Everyday, whether in our homes or our communities or our businesses, we ask someone this very question, "What do you want me to do for you?" We serve and serve and serve, no doubt. Well today (every day for all that matter), we draw the lucky straw because we hear Jesus ask blind Bartimaeus, and therefore us this very question, "What do we want Him to do for us?" What are our wants and our fears? Go ahead. Tell Him. He wants us to speak. He is listening. Ask.
Well, if He's asking: I have one graduating from college and I pray she finds a job that she loves. I have 2 signing up for classes for next year and I pray they make the right decisions and get the classes that will help them in this world. I have one who just turned 13 and I pray she softens her ways. I have an intense little eleven year old and I pray he chills. And I can just pray, pray, pray for this nine year old that reminds me of me. May God hold them all in the palm of His hand. Bless my husband and send customers to our bookstore and watch over my parents and my siblings and our church and our country. And as for me, I'd like all of the above to work so that I have no stress and can sit and write my little heart out.
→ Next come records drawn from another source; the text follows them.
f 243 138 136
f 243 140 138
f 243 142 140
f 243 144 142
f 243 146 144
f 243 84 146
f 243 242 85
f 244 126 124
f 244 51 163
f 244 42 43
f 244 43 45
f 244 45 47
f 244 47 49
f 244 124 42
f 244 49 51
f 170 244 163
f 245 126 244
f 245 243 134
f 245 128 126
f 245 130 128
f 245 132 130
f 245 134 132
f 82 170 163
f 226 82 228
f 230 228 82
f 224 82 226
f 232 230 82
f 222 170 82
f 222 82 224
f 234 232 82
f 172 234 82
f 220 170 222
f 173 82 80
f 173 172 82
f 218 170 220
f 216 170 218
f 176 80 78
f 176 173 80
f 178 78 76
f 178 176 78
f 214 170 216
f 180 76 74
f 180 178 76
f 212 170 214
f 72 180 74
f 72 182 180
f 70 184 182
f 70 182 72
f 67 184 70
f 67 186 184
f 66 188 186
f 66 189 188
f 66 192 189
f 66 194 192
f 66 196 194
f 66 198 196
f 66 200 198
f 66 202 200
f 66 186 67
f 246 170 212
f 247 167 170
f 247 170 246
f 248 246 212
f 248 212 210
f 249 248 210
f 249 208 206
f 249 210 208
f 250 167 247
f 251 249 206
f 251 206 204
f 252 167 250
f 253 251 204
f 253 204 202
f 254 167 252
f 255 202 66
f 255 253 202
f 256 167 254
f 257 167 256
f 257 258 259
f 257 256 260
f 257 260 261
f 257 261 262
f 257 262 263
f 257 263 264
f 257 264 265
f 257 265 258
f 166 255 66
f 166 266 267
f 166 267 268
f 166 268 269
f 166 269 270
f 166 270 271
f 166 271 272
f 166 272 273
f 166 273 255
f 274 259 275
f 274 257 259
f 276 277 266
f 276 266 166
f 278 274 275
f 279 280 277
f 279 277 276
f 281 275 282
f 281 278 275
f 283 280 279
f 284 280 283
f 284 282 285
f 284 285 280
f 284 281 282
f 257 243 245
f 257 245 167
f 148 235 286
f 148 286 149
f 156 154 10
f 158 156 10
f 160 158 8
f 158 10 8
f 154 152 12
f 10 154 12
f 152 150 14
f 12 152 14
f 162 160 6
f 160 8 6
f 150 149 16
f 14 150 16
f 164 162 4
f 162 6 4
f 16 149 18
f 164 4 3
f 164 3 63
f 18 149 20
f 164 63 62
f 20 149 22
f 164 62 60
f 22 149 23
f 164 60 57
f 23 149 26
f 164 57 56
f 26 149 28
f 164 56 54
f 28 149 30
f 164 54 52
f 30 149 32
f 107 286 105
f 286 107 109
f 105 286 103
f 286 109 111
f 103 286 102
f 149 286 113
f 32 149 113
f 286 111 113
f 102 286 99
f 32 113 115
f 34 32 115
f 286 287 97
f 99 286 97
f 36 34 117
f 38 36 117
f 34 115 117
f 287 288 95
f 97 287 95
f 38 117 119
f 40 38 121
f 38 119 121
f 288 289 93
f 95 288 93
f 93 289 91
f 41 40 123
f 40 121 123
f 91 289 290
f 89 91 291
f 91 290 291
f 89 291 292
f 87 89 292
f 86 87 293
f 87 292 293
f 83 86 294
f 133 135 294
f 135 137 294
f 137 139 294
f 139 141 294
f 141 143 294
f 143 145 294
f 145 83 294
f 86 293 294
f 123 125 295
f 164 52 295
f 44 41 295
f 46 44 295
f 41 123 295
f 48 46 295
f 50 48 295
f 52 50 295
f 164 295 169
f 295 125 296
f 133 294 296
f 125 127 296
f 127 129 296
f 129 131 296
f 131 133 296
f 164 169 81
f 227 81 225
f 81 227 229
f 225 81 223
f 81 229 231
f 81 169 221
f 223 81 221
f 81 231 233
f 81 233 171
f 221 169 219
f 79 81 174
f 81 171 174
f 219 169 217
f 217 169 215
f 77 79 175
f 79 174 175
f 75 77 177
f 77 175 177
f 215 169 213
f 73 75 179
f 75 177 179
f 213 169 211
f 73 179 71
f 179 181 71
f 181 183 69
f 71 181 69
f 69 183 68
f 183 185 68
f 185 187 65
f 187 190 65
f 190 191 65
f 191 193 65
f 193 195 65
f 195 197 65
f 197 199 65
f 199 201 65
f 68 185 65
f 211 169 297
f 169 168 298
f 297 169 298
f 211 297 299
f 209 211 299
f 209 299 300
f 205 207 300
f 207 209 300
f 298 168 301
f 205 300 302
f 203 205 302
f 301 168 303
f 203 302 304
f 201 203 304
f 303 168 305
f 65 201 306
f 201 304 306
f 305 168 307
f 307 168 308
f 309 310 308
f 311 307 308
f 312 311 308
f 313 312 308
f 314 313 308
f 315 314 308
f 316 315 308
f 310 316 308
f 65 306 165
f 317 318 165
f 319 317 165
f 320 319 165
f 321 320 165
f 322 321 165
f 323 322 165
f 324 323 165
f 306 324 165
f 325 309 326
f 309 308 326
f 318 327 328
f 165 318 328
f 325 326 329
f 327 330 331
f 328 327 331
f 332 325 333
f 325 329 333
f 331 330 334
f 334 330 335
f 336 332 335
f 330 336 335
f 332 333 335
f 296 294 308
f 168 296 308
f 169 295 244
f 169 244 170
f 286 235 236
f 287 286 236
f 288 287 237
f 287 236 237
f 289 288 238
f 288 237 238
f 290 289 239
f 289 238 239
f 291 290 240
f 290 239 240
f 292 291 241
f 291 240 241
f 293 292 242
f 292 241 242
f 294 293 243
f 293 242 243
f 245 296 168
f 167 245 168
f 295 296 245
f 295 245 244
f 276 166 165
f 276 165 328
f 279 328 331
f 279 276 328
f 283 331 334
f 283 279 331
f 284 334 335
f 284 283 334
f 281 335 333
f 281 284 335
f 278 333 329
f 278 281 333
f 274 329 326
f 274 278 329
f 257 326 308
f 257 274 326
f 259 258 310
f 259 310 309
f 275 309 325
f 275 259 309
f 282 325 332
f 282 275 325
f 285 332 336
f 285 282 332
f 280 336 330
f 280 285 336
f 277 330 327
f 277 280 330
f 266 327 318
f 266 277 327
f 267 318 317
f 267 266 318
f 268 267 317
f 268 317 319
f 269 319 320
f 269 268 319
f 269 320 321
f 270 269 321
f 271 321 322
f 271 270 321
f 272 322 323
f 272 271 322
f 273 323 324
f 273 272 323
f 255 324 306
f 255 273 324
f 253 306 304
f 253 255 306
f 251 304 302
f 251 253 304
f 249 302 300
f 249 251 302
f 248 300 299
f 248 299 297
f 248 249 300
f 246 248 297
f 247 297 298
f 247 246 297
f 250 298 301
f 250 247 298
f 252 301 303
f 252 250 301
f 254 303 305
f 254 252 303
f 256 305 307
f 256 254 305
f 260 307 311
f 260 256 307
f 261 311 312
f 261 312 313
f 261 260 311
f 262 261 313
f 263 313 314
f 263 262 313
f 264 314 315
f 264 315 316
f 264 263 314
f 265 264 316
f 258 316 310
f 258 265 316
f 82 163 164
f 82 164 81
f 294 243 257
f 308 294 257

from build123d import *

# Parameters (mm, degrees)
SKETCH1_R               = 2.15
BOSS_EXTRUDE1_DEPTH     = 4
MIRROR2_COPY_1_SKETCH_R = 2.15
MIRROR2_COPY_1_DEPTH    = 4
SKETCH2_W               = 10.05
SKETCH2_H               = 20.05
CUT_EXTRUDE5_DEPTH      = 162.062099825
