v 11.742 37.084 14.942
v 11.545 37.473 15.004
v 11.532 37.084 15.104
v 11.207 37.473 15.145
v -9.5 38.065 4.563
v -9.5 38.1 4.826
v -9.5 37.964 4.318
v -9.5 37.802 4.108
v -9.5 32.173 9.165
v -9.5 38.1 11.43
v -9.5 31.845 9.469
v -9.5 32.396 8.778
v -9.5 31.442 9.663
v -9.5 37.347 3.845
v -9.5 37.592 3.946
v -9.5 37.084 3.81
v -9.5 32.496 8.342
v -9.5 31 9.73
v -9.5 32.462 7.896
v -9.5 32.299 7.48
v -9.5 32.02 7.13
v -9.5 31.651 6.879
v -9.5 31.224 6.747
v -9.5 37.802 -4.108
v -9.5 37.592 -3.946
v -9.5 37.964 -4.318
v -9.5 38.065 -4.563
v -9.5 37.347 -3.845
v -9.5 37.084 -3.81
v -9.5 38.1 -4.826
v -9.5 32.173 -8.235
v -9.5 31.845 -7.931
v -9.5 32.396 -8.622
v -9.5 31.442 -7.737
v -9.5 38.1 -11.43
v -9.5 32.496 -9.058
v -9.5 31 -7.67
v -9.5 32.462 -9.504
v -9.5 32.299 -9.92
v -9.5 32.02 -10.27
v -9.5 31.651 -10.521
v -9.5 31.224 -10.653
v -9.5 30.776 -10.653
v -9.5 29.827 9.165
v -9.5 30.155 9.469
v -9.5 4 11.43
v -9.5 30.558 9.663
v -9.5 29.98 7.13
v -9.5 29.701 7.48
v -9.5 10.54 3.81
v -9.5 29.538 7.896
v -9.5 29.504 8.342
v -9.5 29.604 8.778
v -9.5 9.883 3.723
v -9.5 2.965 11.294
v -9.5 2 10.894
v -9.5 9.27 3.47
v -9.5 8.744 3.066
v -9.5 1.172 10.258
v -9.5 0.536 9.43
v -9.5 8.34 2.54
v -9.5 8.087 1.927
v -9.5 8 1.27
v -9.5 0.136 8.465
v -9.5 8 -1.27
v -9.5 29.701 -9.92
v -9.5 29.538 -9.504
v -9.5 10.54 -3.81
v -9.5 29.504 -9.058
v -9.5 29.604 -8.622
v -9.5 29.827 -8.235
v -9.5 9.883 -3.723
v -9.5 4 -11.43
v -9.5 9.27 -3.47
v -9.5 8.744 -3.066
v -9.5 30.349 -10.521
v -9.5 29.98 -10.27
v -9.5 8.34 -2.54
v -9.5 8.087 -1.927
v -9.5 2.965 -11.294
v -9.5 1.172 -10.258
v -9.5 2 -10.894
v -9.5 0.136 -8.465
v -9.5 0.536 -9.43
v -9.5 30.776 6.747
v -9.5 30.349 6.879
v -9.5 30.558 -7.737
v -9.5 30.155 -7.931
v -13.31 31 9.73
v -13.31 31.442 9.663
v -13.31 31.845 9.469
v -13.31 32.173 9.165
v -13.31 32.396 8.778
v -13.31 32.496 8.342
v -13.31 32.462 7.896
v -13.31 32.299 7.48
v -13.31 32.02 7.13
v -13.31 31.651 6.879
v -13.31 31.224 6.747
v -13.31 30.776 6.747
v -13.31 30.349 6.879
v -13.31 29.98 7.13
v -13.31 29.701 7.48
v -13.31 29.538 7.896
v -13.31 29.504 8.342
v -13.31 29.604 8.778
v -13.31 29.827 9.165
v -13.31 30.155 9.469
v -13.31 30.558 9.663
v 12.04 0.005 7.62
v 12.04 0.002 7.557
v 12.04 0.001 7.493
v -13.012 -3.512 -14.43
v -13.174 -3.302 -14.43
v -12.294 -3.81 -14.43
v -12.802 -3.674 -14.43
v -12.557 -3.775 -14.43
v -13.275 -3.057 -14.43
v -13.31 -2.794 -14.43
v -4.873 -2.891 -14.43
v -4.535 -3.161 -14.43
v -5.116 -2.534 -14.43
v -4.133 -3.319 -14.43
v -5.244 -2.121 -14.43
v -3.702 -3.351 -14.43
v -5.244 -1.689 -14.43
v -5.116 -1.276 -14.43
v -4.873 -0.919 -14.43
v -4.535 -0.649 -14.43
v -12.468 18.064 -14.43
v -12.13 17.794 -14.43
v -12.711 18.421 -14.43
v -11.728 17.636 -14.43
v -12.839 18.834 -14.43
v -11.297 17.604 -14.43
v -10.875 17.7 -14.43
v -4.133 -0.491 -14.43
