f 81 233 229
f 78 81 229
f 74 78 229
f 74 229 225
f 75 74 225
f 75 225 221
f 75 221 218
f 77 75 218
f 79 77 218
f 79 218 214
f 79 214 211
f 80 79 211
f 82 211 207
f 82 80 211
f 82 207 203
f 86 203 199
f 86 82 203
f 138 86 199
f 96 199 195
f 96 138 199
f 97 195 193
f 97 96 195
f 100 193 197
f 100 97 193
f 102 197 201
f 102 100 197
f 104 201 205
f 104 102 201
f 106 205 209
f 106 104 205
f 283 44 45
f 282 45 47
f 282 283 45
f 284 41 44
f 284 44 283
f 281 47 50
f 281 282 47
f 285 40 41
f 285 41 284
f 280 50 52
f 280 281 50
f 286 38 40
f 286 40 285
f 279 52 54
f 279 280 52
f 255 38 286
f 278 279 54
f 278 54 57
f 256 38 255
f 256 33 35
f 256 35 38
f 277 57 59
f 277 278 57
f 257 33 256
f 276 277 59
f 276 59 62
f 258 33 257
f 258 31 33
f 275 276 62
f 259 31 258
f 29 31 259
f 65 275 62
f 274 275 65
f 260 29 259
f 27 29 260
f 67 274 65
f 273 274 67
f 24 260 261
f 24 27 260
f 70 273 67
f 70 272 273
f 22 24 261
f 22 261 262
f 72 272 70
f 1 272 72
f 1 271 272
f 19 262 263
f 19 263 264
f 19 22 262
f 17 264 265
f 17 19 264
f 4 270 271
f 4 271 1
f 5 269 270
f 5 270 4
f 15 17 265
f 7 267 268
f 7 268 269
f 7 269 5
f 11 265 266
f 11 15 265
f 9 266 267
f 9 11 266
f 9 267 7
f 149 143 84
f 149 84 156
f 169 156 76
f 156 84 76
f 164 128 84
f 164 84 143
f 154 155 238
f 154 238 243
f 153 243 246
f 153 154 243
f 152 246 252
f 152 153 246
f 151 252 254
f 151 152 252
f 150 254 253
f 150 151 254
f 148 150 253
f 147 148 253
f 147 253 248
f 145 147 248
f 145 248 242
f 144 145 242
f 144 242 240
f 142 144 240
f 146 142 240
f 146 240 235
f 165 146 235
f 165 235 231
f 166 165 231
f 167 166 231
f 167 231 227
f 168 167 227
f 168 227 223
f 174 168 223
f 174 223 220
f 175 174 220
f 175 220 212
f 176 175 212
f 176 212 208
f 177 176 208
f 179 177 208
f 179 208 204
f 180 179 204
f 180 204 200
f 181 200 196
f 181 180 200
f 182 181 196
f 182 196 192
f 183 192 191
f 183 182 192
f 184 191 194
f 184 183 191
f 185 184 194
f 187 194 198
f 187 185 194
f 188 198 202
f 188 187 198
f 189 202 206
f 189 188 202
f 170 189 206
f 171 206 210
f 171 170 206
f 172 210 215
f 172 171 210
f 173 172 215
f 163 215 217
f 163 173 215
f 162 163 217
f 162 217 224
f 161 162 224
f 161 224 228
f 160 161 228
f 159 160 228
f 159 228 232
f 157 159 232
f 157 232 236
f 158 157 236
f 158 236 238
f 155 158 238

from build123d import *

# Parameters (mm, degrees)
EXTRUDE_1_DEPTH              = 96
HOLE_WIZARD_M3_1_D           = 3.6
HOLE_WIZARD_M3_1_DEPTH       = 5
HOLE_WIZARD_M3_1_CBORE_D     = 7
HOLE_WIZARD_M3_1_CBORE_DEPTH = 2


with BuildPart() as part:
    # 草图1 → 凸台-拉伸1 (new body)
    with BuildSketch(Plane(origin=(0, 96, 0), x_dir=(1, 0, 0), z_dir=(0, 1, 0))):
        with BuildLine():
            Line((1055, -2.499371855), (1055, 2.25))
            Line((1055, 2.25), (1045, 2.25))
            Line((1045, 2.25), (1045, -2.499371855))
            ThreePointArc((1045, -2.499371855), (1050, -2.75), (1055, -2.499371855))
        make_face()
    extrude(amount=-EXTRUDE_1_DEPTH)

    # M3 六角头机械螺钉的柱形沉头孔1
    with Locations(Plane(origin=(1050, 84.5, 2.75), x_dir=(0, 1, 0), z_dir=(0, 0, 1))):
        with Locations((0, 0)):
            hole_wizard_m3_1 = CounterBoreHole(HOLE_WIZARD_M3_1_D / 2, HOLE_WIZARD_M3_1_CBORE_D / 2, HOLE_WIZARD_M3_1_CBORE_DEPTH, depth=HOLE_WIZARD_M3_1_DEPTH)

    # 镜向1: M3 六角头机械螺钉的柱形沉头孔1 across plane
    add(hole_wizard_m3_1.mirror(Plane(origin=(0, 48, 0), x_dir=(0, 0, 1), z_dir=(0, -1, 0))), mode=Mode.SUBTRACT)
Now, a warning, as always, we must be careful what we wish for because He will give us what we need, not necessarily what we think we need. Look at St. Katharine Drexel today who went to Rome to ask the Pope to send more missionaries to help the Indians and the poor in her state and Jesus chose her to give away all she had, evidently millions, and start missions and schools in 16 states. Eeek.
Seriously, today, He's asking. What do we want Him to do for us? Answer Him.